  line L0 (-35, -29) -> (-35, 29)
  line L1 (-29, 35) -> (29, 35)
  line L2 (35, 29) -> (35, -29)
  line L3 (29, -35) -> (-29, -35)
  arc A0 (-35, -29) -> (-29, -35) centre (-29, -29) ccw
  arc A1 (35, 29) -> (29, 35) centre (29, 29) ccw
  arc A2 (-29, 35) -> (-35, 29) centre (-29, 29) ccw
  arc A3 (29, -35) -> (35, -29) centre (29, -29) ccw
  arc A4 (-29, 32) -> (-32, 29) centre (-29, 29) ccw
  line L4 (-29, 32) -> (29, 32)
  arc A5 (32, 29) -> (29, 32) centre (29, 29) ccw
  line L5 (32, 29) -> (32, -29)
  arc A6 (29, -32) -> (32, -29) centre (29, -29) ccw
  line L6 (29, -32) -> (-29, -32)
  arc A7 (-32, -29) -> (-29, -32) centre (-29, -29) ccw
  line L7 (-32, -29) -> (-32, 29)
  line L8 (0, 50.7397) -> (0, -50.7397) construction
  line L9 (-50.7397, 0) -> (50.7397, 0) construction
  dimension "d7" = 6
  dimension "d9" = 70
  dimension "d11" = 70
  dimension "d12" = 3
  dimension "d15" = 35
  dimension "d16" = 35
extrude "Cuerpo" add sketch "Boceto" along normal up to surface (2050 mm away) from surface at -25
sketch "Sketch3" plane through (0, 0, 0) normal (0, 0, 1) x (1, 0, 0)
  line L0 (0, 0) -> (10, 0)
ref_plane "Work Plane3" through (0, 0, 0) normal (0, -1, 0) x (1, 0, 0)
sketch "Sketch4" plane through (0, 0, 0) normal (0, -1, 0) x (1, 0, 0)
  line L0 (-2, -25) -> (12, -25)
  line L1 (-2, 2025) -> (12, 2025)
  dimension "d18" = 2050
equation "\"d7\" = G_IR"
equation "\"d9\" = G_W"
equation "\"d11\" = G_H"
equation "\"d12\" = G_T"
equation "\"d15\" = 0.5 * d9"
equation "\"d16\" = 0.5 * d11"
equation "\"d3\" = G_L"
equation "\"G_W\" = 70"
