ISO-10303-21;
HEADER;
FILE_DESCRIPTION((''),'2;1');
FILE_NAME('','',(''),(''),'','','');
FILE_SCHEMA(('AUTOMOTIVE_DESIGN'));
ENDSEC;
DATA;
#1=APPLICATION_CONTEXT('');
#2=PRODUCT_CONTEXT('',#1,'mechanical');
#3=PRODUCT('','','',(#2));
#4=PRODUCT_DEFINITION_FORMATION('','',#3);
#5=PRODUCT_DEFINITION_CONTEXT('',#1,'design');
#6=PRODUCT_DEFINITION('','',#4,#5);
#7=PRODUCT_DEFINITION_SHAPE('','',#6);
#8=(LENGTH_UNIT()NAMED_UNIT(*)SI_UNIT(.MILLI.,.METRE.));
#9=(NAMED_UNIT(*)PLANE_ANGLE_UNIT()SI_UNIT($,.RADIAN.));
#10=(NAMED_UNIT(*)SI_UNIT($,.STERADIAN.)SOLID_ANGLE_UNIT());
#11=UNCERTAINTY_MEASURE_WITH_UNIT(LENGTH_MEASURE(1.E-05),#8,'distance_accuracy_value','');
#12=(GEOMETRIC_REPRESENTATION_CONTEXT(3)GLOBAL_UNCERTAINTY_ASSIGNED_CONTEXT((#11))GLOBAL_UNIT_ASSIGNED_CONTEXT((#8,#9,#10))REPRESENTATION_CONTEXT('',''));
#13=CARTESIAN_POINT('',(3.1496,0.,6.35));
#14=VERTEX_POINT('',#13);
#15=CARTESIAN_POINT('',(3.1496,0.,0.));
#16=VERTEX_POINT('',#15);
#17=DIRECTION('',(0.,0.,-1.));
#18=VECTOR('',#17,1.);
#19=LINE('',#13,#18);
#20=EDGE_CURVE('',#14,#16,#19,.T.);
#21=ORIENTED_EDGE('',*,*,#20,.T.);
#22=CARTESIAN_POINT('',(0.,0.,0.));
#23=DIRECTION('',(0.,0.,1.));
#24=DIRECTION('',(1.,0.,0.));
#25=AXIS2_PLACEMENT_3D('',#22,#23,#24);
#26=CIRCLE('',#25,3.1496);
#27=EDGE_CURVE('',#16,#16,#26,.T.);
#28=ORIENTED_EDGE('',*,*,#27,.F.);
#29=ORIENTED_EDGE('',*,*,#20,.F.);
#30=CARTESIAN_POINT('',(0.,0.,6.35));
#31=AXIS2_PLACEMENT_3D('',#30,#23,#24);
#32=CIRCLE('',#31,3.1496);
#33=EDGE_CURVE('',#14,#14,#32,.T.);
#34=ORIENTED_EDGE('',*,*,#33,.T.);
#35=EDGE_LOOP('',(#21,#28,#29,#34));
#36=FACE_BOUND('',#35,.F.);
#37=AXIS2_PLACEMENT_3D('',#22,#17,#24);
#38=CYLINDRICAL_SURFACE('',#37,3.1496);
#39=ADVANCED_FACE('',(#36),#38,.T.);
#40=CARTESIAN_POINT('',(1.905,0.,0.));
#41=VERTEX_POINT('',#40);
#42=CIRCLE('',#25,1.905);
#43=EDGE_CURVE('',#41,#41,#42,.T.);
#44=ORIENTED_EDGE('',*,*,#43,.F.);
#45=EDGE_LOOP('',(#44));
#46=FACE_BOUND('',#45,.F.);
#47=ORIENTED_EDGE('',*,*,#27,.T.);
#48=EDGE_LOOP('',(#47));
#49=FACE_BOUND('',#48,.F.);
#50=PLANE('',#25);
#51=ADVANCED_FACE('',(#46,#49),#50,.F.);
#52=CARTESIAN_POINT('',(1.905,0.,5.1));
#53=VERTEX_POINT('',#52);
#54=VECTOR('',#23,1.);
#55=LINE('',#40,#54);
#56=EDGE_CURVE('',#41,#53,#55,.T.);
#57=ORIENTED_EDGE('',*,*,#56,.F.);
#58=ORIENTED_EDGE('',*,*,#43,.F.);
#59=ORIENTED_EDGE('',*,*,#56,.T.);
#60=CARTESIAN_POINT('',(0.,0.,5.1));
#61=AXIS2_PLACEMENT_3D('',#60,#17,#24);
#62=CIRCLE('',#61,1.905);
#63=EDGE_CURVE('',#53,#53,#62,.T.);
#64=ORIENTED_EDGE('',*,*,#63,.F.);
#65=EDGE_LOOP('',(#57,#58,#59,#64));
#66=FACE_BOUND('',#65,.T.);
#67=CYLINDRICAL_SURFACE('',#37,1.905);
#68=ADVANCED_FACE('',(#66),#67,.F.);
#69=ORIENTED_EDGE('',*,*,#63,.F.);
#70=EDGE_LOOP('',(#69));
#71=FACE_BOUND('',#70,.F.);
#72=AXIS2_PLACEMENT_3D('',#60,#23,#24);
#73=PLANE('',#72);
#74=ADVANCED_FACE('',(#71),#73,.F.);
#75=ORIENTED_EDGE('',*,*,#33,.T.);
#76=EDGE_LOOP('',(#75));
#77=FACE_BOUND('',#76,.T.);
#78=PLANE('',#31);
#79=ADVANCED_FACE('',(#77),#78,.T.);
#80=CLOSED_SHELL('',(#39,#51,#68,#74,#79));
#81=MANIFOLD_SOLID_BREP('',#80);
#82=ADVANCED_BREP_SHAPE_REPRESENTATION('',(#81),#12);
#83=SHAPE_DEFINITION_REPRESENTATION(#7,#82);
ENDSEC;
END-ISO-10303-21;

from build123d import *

# Parameters (mm, degrees)
F0_R     = 3.1496
F0_R_2   = 1.905
F1_DEPTH = 1.778
F2_DEPTH = 6.35
F3_R     = 3.070911
F4_DEPTH = 1.25


with BuildPart() as f1:
    # F0 (on Top) → F1 (new body)
    with BuildSketch(Plane.XY):
        Circle(F0_R)
        Circle(F0_R_2, mode=Mode.SUBTRACT)
    extrude(amount=F1_DEPTH)

    # F0 (on Top) → F2 (join)
    with BuildSketch(Plane.XY):
        Circle(F0_R)
        Circle(F0_R_2, mode=Mode.SUBTRACT)
    extrude(amount=F2_DEPTH)

    # F3 (on face) → F4 (join)
    with BuildSketch(Plane.XY.offset(6.35)):
        Circle(F3_R)
    extrude(amount=-F4_DEPTH)


solid = f1.part
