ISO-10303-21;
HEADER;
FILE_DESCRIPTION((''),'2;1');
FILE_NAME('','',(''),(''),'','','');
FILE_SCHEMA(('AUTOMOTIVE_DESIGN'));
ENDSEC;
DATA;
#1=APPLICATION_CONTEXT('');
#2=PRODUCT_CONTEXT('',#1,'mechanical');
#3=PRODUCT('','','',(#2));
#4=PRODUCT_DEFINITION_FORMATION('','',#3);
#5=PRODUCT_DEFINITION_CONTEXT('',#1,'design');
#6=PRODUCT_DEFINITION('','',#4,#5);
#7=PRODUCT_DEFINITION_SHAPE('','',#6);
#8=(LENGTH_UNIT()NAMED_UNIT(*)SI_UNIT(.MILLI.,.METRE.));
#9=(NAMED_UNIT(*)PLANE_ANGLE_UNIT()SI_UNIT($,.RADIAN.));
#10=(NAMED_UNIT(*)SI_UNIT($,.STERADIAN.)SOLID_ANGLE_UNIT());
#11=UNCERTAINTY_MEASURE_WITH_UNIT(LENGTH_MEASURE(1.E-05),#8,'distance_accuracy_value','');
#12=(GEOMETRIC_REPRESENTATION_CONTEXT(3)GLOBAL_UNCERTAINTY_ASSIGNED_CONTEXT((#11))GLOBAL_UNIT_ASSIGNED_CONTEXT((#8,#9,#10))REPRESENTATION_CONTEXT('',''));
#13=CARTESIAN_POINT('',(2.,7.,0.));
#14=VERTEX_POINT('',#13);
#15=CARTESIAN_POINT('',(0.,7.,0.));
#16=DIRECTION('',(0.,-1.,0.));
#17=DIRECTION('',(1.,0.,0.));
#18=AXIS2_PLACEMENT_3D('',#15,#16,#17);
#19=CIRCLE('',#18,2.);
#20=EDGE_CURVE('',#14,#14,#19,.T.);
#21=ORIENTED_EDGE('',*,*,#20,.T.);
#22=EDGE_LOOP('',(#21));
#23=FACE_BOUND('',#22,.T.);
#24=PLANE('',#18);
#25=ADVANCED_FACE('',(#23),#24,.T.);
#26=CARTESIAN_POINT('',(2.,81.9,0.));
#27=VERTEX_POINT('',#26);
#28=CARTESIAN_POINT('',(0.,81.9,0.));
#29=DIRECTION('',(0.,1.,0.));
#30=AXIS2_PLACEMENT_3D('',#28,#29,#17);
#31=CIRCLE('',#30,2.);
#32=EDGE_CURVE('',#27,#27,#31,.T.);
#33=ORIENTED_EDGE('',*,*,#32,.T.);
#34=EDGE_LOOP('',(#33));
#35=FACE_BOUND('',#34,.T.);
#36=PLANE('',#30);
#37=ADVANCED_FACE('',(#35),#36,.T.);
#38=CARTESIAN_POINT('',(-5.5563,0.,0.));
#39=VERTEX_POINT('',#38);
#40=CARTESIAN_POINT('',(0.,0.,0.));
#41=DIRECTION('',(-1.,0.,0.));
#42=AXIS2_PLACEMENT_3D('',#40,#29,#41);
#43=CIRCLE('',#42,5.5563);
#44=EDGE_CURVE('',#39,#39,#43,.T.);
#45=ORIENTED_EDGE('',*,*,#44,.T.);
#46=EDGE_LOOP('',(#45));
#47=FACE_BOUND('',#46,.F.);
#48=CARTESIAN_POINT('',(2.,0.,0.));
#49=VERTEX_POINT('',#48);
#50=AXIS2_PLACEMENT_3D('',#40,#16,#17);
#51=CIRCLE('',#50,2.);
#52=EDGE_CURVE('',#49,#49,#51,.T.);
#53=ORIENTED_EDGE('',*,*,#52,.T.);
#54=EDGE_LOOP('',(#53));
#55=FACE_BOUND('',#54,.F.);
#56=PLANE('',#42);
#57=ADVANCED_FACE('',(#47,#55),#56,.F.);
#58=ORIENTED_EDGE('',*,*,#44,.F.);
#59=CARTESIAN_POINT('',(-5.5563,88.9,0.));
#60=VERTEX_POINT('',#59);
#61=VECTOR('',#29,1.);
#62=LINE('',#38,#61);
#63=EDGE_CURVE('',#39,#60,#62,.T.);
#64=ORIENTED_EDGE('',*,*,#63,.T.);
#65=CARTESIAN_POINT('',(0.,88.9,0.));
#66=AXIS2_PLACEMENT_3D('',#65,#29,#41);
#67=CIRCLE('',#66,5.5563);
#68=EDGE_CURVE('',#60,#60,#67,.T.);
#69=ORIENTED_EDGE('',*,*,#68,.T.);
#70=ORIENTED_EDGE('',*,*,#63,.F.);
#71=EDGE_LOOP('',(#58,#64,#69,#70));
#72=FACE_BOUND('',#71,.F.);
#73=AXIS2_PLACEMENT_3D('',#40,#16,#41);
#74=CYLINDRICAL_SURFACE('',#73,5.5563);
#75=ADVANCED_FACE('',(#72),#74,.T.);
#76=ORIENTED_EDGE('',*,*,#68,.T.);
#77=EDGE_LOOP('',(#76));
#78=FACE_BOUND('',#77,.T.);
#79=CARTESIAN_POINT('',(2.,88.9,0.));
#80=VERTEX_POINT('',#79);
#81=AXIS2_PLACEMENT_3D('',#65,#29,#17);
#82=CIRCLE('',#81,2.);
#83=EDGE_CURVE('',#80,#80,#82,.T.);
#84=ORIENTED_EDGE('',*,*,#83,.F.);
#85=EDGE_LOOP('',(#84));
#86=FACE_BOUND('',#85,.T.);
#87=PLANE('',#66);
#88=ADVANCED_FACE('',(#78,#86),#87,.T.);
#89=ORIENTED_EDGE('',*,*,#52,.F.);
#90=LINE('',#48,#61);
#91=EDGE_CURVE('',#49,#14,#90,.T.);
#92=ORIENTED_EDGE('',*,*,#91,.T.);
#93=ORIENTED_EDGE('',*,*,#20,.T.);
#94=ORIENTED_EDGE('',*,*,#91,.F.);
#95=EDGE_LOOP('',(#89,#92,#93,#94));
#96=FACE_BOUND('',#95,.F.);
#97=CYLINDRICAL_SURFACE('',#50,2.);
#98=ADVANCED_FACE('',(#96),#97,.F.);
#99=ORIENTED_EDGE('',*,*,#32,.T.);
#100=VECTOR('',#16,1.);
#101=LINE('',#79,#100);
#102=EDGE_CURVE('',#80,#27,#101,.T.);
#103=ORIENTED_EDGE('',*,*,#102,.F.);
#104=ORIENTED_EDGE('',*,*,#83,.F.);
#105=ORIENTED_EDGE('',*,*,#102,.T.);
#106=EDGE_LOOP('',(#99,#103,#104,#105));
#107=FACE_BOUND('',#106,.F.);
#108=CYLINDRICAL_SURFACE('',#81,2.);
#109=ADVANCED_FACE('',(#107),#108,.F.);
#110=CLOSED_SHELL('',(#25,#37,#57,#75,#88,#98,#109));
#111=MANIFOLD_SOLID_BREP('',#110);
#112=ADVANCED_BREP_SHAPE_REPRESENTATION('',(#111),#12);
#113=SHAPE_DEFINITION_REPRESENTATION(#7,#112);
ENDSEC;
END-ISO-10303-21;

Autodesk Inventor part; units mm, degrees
ref_plane "YZ Plane" through (0, 0, 0) normal (1, 0, 0) x (0, 1, 0)
ref_plane "XZ Plane" through (0, 0, 0) normal (0, 1, 0) x (-1, 0, 0)
ref_plane "XY Plane" through (0, 0, 0) normal (0, 0, 1) x (1, 0, 0)
sketch "Sketch1" plane through (0, 0, 0) normal (0, 1, 0) x (-1, 0, 0)
  circle A0 centre (0, 0) radius 5.5563
  dimension "d0" = 11.1125
extrude "Extrusion1" add sketch "Sketch1" along normal blind 88.9
sketch "Sketch2" plane through (0, 88.9, 0) normal (0, 1, 0) x (1, 0, 0)
  circle A0 centre (0, 0) radius 2
  dimension "d3" = 4
extrude "Extrusion2" cut sketch "Sketch2" against normal blind 7
sketch "Sketch3" plane through (0, 0, 0) normal (0, -1, 0) x (1, 0, 0)
  circle A0 centre (0, 0) radius 2
  dimension "d6" = 4
extrude "Extrusion3" cut sketch "Sketch3" against normal blind 7
equation "\"d3\" = m3_heat_set_insert"
equation "\"d4\" = m3_heat_set_depth"
equation "\"d6\" = m3_heat_set_insert"
equation "\"d7\" = m3_heat_set_depth"
equation "\"m3_heat_set_insert\" = 4"
equation "\"m3_clearance\" = 3.4"
equation "\"m3_heat_set_depth\" = 7"
equation "\"robot_diameter\" = 354"
equation "\"hardboard_thickness\" = 5"
equation "\"motor_centerline_height\" = 13"
properties part number "3.5inch_standoff"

· · · · · · ·

◆ Task prompt ◆
Your task is to set down only the lines that run from the opening of the listing to the line with "arc A4 (-29, 32)", both ends included, each unchanged.

◆ Exercise output ◆
  line L0 (-35, -29) -> (-35, 29)
  line L1 (-29, 35) -> (29, 35)
  line L2 (35, 29) -> (35, -29)
  line L3 (29, -35) -> (-29, -35)
  arc A0 (-35, -29) -> (-29, -35) centre (-29, -29) ccw
  arc A1 (35, 29) -> (29, 35) centre (29, 29) ccw
  arc A2 (-29, 35) -> (-35, 29) centre (-29, 29) ccw
  arc A3 (29, -35) -> (35, -29) centre (29, -29) ccw
  arc A4 (-29, 32) -> (-32, 29) centre (-29, 29) ccw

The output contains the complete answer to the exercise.